Ore 22.00 circa, parte l’intro, le luci si spengono, i cuori iniziano a battere a mille…un altro pezzo di storia dell’AOR sta per salire sul palco dell’Arena Fiera di Milano.
Escono Cain, Schon, Valory e Castronovo e sulle note di una delle canzoni più belle di questo genere, “Separate Ways”, la band attacca e Arnel Pineda fa il suo ingresso.
Da subito si nota che ancora una volta i suoni sono veramente troppo confusi, fattore che rovinerà non poco la magia di questa song e non solo, infatti il tutto rimarrà praticamente inalterato per tutta la durata del concerto.
Sin dall’inizio Neal Schon si dimostra un vero fuoriclasse, decisamente il chitarrista della serata, sempre intento ad eseguire perfettamente i riff e i suoi solos elettrici e veloci! Il tastierista/chitarrista Jonathan Cain appare un po’ spento ma questo non influisce sulla sua esibizione. Prende decisamente punti durante i suoi classici e sempre bellissimi intro di piano con “Open Arms” e “Faithfully”.
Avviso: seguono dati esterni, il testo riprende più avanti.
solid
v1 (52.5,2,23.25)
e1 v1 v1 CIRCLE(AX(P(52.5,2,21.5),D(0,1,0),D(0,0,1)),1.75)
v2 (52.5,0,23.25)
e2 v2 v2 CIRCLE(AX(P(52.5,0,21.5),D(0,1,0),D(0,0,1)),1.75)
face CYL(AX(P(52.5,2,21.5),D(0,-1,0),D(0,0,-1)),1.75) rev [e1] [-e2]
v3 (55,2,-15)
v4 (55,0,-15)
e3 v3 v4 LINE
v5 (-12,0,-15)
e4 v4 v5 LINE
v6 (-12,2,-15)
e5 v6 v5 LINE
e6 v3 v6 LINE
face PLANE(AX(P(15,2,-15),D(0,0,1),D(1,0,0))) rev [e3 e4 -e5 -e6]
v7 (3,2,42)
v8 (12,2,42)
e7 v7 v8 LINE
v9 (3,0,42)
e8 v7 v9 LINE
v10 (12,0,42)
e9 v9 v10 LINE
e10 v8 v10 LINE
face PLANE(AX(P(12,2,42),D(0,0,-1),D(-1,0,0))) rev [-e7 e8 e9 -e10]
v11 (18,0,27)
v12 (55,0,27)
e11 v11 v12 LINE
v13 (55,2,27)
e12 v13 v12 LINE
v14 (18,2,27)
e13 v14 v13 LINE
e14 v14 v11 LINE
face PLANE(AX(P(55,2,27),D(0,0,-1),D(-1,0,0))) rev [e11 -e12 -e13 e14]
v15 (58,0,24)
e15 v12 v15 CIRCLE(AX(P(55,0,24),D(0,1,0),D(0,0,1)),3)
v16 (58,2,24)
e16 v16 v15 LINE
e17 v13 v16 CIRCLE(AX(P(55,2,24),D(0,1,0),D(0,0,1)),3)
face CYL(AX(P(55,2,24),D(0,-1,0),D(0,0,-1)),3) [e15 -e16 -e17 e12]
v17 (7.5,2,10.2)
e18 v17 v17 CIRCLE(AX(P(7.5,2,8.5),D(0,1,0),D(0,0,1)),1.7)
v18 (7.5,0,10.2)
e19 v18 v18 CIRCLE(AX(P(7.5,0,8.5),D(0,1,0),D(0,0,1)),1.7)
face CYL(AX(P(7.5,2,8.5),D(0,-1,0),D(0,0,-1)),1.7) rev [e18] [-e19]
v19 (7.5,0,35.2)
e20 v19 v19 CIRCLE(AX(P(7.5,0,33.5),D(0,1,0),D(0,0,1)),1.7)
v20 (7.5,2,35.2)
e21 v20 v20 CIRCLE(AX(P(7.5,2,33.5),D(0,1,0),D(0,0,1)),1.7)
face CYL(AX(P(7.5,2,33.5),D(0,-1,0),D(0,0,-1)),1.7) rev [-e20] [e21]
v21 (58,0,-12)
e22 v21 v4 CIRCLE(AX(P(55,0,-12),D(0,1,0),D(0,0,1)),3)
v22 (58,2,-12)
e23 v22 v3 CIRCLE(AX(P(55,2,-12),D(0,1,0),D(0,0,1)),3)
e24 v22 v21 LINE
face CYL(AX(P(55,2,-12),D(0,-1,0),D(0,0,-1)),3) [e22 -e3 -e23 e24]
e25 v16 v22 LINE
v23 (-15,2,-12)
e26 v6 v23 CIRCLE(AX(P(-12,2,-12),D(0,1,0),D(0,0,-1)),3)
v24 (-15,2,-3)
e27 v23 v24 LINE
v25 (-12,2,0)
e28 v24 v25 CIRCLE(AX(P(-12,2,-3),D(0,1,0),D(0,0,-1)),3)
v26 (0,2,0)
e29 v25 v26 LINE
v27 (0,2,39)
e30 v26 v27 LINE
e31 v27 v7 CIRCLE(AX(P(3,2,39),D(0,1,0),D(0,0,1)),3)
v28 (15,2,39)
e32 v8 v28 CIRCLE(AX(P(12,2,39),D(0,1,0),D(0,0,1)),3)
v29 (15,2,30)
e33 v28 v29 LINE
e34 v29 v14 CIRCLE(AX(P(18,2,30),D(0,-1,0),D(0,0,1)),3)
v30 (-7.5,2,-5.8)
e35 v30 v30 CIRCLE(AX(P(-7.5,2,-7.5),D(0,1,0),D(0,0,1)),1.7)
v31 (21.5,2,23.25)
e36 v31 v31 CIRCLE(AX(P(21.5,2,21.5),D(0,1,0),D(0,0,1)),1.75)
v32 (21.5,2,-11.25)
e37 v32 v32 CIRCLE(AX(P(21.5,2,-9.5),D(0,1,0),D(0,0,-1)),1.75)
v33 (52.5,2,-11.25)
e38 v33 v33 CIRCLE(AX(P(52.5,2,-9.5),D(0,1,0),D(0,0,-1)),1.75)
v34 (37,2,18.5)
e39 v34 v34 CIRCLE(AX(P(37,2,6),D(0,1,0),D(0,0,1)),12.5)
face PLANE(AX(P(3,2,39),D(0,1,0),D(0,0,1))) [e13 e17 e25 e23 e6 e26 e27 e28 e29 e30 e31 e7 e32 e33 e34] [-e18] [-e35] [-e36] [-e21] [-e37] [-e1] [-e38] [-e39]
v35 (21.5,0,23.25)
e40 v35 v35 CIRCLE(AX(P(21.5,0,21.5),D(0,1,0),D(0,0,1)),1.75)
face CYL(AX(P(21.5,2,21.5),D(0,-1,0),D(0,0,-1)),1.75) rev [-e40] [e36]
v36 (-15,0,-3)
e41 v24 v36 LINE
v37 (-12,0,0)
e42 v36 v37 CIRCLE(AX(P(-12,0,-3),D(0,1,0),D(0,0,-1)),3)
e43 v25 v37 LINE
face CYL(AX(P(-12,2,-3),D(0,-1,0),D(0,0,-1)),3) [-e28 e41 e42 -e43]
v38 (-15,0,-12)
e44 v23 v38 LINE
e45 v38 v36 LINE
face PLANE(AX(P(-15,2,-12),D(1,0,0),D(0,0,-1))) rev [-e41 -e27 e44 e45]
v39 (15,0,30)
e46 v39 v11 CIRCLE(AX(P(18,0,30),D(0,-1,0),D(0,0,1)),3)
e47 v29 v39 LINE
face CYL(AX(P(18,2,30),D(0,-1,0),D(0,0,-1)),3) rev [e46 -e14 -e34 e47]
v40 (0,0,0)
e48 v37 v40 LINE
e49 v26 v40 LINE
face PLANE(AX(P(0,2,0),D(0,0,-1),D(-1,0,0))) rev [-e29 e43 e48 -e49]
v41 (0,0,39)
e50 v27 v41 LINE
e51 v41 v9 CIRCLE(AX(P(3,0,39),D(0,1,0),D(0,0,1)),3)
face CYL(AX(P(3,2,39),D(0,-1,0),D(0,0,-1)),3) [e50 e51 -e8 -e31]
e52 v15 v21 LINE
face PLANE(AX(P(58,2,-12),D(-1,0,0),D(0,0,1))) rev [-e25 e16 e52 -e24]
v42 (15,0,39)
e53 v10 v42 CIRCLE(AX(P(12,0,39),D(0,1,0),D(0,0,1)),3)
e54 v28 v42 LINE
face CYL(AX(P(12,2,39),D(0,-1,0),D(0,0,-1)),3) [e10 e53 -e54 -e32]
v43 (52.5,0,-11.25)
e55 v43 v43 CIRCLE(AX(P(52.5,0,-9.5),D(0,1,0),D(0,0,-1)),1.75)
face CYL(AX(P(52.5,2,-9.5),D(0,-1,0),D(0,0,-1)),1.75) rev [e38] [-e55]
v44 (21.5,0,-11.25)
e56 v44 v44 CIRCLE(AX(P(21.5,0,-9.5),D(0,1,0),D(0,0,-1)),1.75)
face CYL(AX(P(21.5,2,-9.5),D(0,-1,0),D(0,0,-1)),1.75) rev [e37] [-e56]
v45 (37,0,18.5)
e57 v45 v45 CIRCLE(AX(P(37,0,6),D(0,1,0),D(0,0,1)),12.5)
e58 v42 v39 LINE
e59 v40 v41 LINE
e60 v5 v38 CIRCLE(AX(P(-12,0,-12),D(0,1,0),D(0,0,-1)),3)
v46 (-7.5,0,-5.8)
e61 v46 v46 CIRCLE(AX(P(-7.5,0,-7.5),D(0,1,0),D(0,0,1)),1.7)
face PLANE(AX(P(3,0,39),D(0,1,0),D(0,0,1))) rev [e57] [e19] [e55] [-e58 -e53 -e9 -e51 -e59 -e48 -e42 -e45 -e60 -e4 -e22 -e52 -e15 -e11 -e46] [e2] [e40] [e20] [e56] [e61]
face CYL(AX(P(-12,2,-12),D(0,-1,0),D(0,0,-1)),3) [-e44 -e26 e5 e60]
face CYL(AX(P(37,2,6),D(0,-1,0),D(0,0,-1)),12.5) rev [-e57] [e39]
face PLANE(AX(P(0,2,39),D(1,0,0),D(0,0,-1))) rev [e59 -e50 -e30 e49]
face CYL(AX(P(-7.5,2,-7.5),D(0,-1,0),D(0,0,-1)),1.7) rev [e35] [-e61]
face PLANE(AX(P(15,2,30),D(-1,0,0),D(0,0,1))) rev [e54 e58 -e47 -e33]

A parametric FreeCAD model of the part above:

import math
import FreeCAD as App
import Part
import Sketcher
from FreeCAD import Vector
Q = App.Units.Quantity

doc = App.newDocument("Part")
body = doc.addObject("PartDesign::Body", "Body")

# Sketch on XZ plane
sketch1 = body.newObject("Sketcher::SketchObject", "Sketch")
sketch1.AttachmentSupport = (doc.getObject("XZ_Plane"), [""])
sketch1.MapMode = "FlatFace"
sketch1.addGeometry(Part.LineSegment(Vector(-12, 0, 0), Vector(0, 0, 0)), False)
sketch1.addGeometry(Part.LineSegment(Vector(0, 0, 0), Vector(0, 39, 0)), False)
sketch1.addGeometry(Part.ArcOfCircle(Part.Circle(Vector(3, 39, 0), Vector(0, 0, 1), 3), math.radians(90), math.radians(180)), False)
sketch1.addGeometry(Part.LineSegment(Vector(3, 42, 0), Vector(12, 42, 0)), False)
sketch1.addGeometry(Part.ArcOfCircle(Part.Circle(Vector(12, 39, 0), Vector(0, 0, 1), 3), math.radians(0), math.radians(90)), False)
sketch1.addGeometry(Part.LineSegment(Vector(15, 39, 0), Vector(15, 30, 0)), False)
sketch1.addGeometry(Part.ArcOfCircle(Part.Circle(Vector(18, 30, 0), Vector(0, 0, 1), 3), math.radians(180), math.radians(270)), False)
sketch1.addGeometry(Part.LineSegment(Vector(18, 27, 0), Vector(55, 27, 0)), False)
sketch1.addGeometry(Part.ArcOfCircle(Part.Circle(Vector(55, 24, 0), Vector(0, 0, 1), 3), math.radians(0), math.radians(90)), False)
sketch1.addGeometry(Part.LineSegment(Vector(58, 24, 0), Vector(58, -12, 0)), False)
sketch1.addGeometry(Part.ArcOfCircle(Part.Circle(Vector(55, -12, 0), Vector(0, 0, 1), 3), math.radians(-90), math.radians(0)), False)
sketch1.addGeometry(Part.LineSegment(Vector(55, -15, 0), Vector(-12, -15, 0)), False)
sketch1.addGeometry(Part.ArcOfCircle(Part.Circle(Vector(-12, -12, 0), Vector(0, 0, 1), 3), math.radians(180), math.radians(270)), False)
sketch1.addGeometry(Part.LineSegment(Vector(-15, -12, 0), Vector(-15, -3, 0)), False)
sketch1.addGeometry(Part.ArcOfCircle(Part.Circle(Vector(-12, -3, 0), Vector(0, 0, 1), 3), math.radians(90), math.radians(180)), False)
sketch1.addGeometry(Part.Circle(Vector(52.5, 21.5, 0), Vector(0, 0, 1), 1.8), False)
sketch1.addGeometry(Part.Circle(Vector(7.5, 33.5, 0), Vector(0, 0, 1), 1.7), False)
sketch1.addGeometry(Part.Circle(Vector(21.5, 21.5, 0), Vector(0, 0, 1), 1.8), False)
Il bassista Ross Valory risponde ad ogni richiamo dai fan delle prime file con boccacce e con le facce più strane e il drummer Deen Castronovo è semplicemente spaventoso, il batterista della serata. Dinamico, tecnico, perfetto! Non saprei che altro aggiungere. Come se non bastasse sfodera le sue strepitose doti canore in una bellissima “Keep On Runnin”.
Il cantante Arnel Pineda è stato bersaglio di molte critiche, sia positive che negative in questi ultimi anni da parte dei fan della band. Condannato come un semplice clone di Steve Perry mentre per altri invece è molto di più di questo. Durante la sua performance milanese da conferma di aver una gran voce e di saper tenere veramente bene il palco, dando il meglio di se soprattutto nelle ballad, fantastico su “Faithfully” e “Open Arms”, mentre nella canzoni più veloci a volte prendeva male fiato e faceva risultare il tutto un po’ “spezzato”.
Tuttavia penso che questo filippino, anche se non è ai livelli di Perry, sia un suo degno sostituto, magari non come Hansen per Gramm, ma comunque veramente valido.
I Journey hanno fatto uno spettacolo favoloso, ricco di classici e anche di canzoni nuove estratte dall’ultimo “Eclipse”, facendo breccia nei cuori dei fan presenti e facendo scappare di sicuro qualche lacrima con la commovente “Faithfully” o con la storica “Don’t Stop Believin'”. Tutti avremmo preferito uno show di una durata più lunga, 14 canzoni per essere la prima volta in Italia sono davvero troppo poche e magari qualche chicca in più non sarebbe bastata ma come dicevo prima, bisogna accontentarsi!

Chi è stato a questo mini festival di sicuro sarà tornato a casa con un ricordo bellissimo (non per i suoni di sicuro) e con la speranza di poter rivedere queste band in un prossimo futuro. Martedì i fan dell’AOR hanno cantato, sognato, pianto e urlato assieme a dei grandi big di questo genere e mi sembra inutile dire che il tutto è stato un’emozione fantastica!
Grazie Thin Lizzy, grazie Night Ranger, grazie Foreigner e grazie Journey!